В отличие от суховатого Ленина, Парвус у Солженицына до такой степени обладает «даром далеких пронзительных пророчеств», что автору кажется даже уместным напомнить о его земном (а не небесном, все же) происхождении. Он живет нестесненно и естественно, наслаждаясь жизнью, политической игрой и собственной одаренностью, не делая ничего, что не приносило бы ему удовольствия или немедленной пользы. Никакие посторонние призраки долга, страха или стыда никогда не отягощают его моцартовскую натуру. Полнота его существования вызывает оторопь у вечно стиснутого своими конспиративными правилами, до предела зажатого, сконцентрированного на своей цели Ленина:
«— Ленин: Ну — зачем вам собственное богатство? Ну, скажите!
— Вопрос ребенка. Из тех «почему», на которые даже отвечать смешно.
Да для того, чтобы всякое «хочу» переходило в «сделано»… Такое же ощущение, как у богатыря — от игры и силы своих мускулов…
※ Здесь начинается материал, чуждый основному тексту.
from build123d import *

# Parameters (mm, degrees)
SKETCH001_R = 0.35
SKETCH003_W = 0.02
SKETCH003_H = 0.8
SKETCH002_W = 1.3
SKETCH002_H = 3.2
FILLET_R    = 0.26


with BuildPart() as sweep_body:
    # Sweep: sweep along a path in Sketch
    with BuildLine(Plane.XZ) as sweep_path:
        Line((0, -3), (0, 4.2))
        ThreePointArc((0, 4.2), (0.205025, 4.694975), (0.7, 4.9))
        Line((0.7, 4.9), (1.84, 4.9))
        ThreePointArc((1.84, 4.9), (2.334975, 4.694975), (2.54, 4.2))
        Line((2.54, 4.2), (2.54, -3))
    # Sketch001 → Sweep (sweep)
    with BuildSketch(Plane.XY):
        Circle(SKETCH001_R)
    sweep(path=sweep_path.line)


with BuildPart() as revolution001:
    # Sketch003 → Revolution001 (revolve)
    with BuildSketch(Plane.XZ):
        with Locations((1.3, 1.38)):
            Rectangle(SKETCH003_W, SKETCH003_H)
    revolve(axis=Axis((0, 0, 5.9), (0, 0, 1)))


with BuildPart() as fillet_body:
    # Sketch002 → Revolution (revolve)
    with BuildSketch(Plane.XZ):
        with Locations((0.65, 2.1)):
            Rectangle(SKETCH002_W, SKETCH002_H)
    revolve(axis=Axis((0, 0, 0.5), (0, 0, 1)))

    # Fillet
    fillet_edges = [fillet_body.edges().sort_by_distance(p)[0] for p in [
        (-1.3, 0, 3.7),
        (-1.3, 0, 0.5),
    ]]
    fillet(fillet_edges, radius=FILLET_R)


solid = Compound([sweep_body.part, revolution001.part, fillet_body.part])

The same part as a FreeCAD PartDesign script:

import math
import FreeCAD as App
import Part
import Sketcher
from FreeCAD import Vector
Q = App.Units.Quantity


def edges_at(feature, points):
    """Names of the edges that pass closest to the given points."""
    edges = feature.Shape.Edges
    near = lambda p: min(range(len(edges)), key=lambda i: edges[i].distToShape(Part.Vertex(*p))[0])
    return sorted({f"Edge{near(p) + 1}" for p in points})


def add_polygon(sketch, points):
    """Adds a closed chain of lines whose ends are joined by coincident constraints."""
    first, n = sketch.GeometryCount, len(points)
    for a, b in zip(points, points[1:] + points[:1]):
        sketch.addGeometry(Part.LineSegment(App.Vector(*a, 0), App.Vector(*b, 0)), False)
    for i in range(n):
        sketch.addConstraint(Sketcher.Constraint("Coincident", first + i, 2, first + (i + 1) % n, 1))

doc = App.newDocument("Part")
params = doc.addObject("Spreadsheet::Sheet", "Params")
for row, (alias, value) in enumerate([
    ("sketch1_diameter", "0.7 mm"),
    ("sketch2_radius", "0.699999 mm"),
    ("sketch2_height", "7.2 mm"),
    ("sketch2_width", "1.14 mm"),
    ("sketch3_height", "0.8 mm"),
    ("sketch3_width", "0.02 mm"),
    ("revolution_angle", "360 deg"),
    ("sketch4_width", "1.3 mm"),
    ("sketch4_height", "3.2 mm"),
    ("revolution2_angle", "360 deg"),
    ("fillet_radius", "0.26 mm"),
], start=1):
    params.set(f"A{row}", alias)
    params.set(f"B{row}", "=" + value)
    params.setAlias(f"B{row}", alias)

body = doc.addObject("PartDesign::Body", "Body")

sketch1 = body.newObject("Sketcher::SketchObject", "Sketch")
sketch1.AttachmentSupport = (doc.getObject("XY_Plane"), [""])
sketch1.MapMode = "FlatFace"
sketch1.addGeometry(Part.Circle(Vector(0, 0, 0), Vector(0, 0, 1), 0.35), False)
sketch1.addConstraint([
    Sketcher.Constraint("Coincident", 0, 3, -1, 1),
    Sketcher.Constraint("Diameter", 0, Q("0.7 mm")),
])
sketch1.setExpression("Constraints[1]", "Params.sketch1_diameter")

sketch2 = body.newObject("Sketcher::SketchObject", "Sketch001")
sketch2.AttachmentSupport = (doc.getObject("XZ_Plane"), [""])
sketch2.MapMode = "FlatFace"
sketch2.addGeometry([
    Part.LineSegment(Vector(0, -3, 0), Vector(0, 4.2, 0)),
    Part.ArcOfCircle(Part.Circle(Vector(0.7, 4.2, 0), Vector(0, 0, 1), 0.7), math.radians(90), math.radians(180)),
    Part.LineSegment(Vector(0.7, 4.9, 0), Vector(1.8, 4.9, 0)),
    Part.ArcOfCircle(Part.Circle(Vector(1.8, 4.2, 0), Vector(0, 0, 1), 0.7), math.radians(0), math.radians(90)),
    Part.LineSegment(Vector(2.5, 4.2, 0), Vector(2.5, -3, 0)),
], False)
sketch2.addConstraint([
    Sketcher.Constraint("Tangent", 0, 2, 1, 2),
    Sketcher.Constraint("Tangent", 1, 1, 2, 1),
    Sketcher.Constraint("Tangent", 2, 2, 3, 2),
    Sketcher.Constraint("Tangent", 3, 1, 4, 1),
    Sketcher.Constraint("Vertical", 0),
    Sketcher.Constraint("Horizontal", 2),
    Sketcher.Constraint("Vertical", 4),
    Sketcher.Constraint("Equal", 1, 3),
    Sketcher.Constraint("PointOnObject", 0, 1, -2),
    Sketcher.Constraint("Horizontal", 0, 1, 4, 2),
    Sketcher.Constraint("Radius", 1, Q("0.699999 mm")),
    Sketcher.Constraint("DistanceY", 0, 1, 0, 2, Q("7.2 mm")),
    Sketcher.Constraint("DistanceY", 0, 1, -1, 1, Q("3 mm")),
    Sketcher.Constraint("DistanceX", 2, 1, 2, 2, Q("1.14 mm")),
])
sketch2.setExpression("Constraints[10]", "Params.sketch2_radius")
sketch2.setExpression("Constraints[11]", "Params.sketch2_height")
sketch2.setExpression("Constraints[13]", "Params.sketch2_width")
doc.recompute()

additivepipe = body.newObject("PartDesign::AdditivePipe", "AdditivePipe")
additivepipe.Profile = sketch1
additivepipe.Spine = (sketch2, ["Edge1", "Edge2", "Edge3", "Edge4", "Edge5"])
body2 = doc.addObject("PartDesign::Body", "Body001")

sketch3 = body2.newObject("Sketcher::SketchObject", "Sketch002")
sketch3.AttachmentSupport = (doc.getObject("XZ_Plane001"), [""])
sketch3.MapMode = "FlatFace"
add_polygon(sketch3, [(1.29, 1.78), (1.29, 0.98), (1.31, 0.98), (1.31, 1.78)])
sketch3.addConstraint([
    Sketcher.Constraint("Vertical", 0),
    Sketcher.Constraint("Horizontal", 1),
    Sketcher.Constraint("Vertical", 2),
    Sketcher.Constraint("Horizontal", 3),
    Sketcher.Constraint("DistanceY", 0, 2, 0, 1, Q("0.8 mm")),
    Sketcher.Constraint("DistanceX", 1, 1, 1, 2, Q("0.02 mm")),
    Sketcher.Constraint("DistanceX", -1, 1, 0, 2, Q("1.29 mm")),
    Sketcher.Constraint("DistanceY", -1, 1, 0, 2, Q("0.98 mm")),
])
sketch3.setExpression("Constraints[8]", "Params.sketch3_height")
sketch3.setExpression("Constraints[9]", "Params.sketch3_width")
revolution = body2.newObject("PartDesign::Revolution", "Revolution")
revolution.Profile = sketch3
revolution.ReferenceAxis = (sketch3, ["V_Axis"])
revolution.setExpression("Angle", "Params.revolution_angle")
body3 = doc.addObject("PartDesign::Body", "Body002")

sketch4 = body3.newObject("Sketcher::SketchObject", "Sketch003")
sketch4.AttachmentSupport = (doc.getObject("XZ_Plane002"), [""])
sketch4.MapMode = "FlatFace"
add_polygon(sketch4, [(0, 3.7), (0, 0.5), (1.3, 0.5), (1.3, 3.7)])
sketch4.addConstraint([
    Sketcher.Constraint("Vertical", 0),
    Sketcher.Constraint("Horizontal", 1),
    Sketcher.Constraint("Vertical", 2),
    Sketcher.Constraint("Horizontal", 3),
    Sketcher.Constraint("PointOnObject", 0, 2, -2),
    Sketcher.Constraint("DistanceX", 1, 1, 1, 2, Q("1.3 mm")),
    Sketcher.Constraint("DistanceY", 0, 2, 0, 1, Q("3.2 mm")),
    Sketcher.Constraint("DistanceY", -1, 1, 0, 2, Q("0.5 mm")),
])
sketch4.setExpression("Constraints[9]", "Params.sketch4_width")
sketch4.setExpression("Constraints[10]", "Params.sketch4_height")
revolution2 = body3.newObject("PartDesign::Revolution", "Revolution001")
revolution2.Profile = sketch4
revolution2.ReferenceAxis = (sketch4, ["V_Axis"])
revolution2.setExpression("Angle", "Params.revolution2_angle")
doc.recompute()

fillet = body3.newObject("PartDesign::Fillet", "Fillet")
fillet.Base = (revolution2, edges_at(revolution2, [(-1.3, 0, 3.7), (-1.3, 0, 0.5)]))
fillet.setExpression("Radius", "Params.fillet_radius")

doc.recompute()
Да Парвусу — смешно, сотрясает смех грузное тело, любящее бутылку шампанского натощак и ванну принять и с женщинами поужинать…».
— Ах! Эта именно легкость, полнота жизни, и приводила в отчаяние Сальери: «— Ты, Моцарт, недостоин сам себя.».
В исторической реальности наш Сальери, по-видимому, и в самом деле держал своего Моцарта на прицеле. Ленин, возглавив вновь созданное Советское государство, не впустил Парвуса в Россию. Но, по-видимому, пользуясь своими новыми государственными возможностями, чрезвычайно пристально следил за всеми его шагами в Европе.
Оба они прожили полноценную жизнь, полную борьбы и побед. Их планы осуществились. Их враги были посрамлены. Как говорится, «они жили долго и умерли в один день»: беспутный Парвус скончался от неизвестной причины (от обжорства, говорят), спустя всего несколько месяцев (ровно столько, сколько понадобилось на организацию этого мероприятия) после смерти добродетельного Ленина, не оставив почти ни гроша от своего сказочного богатства, да еще якобы предупредительно уничтожив все архивы, компрометировавшие обоих.
Этот неожиданный финал всем нам близко напоминает почерк третьего гения, который навсегда врезался в память нашего поколения, как лучший друг пионеров и школьников. Вот, он, похоже, совмещал все необходимые качества, ибо с легкостью овладел наследием обоих провидцев и утвердил себя навеки единственным в мире полномочным представителем сил Добра. И правил долго и счастливо…
— Как тут поверить, что «кроткие унаследуют землю»?
Порывая с неписанным правилом, более столетия тяготевшим над русской литературой, обязывавшим считать гений несовместимым со злодейством, Солженицын неожиданно оказывается ближе к Пушкину, поставившему все же вопросительный знак в этом месте. Похоже, что он также гораздо ближе к реальности, как мы ее видим сейчас:
«…Обладал Парвус сейсмическим чувством недр и уже знал, что — поползут пласты!.. Наконец-то она пришла, наступила Великая, Мировая! Он давно ее предсказывал, называл, вызывал — самый мощный локомотив истории!.. Вся предыдущая жизнь Парвуса была как нарочно состроена для безошибочного создания этого Плана. И оставалось теперь ему — тому счастливому, чем Парвус был, скрещению теоретика, политика и дельца, — сформулировать план по пунктам в декабре Четырнадцатого…приоткрыть его германскому послу… (…теперь высшие правительственные глаза предусмотрительно засматривали в его пророческие)…Все это Парвус решил блистательно — ибо все это было в его природной стихии…».
(Ленин в Цюрихе).
Солженицын, признавая за силой зла статус гениальности, невольно подталкивает нас к признанию существования в мире двух сил.
Сравнимых по их онтологическому уровню.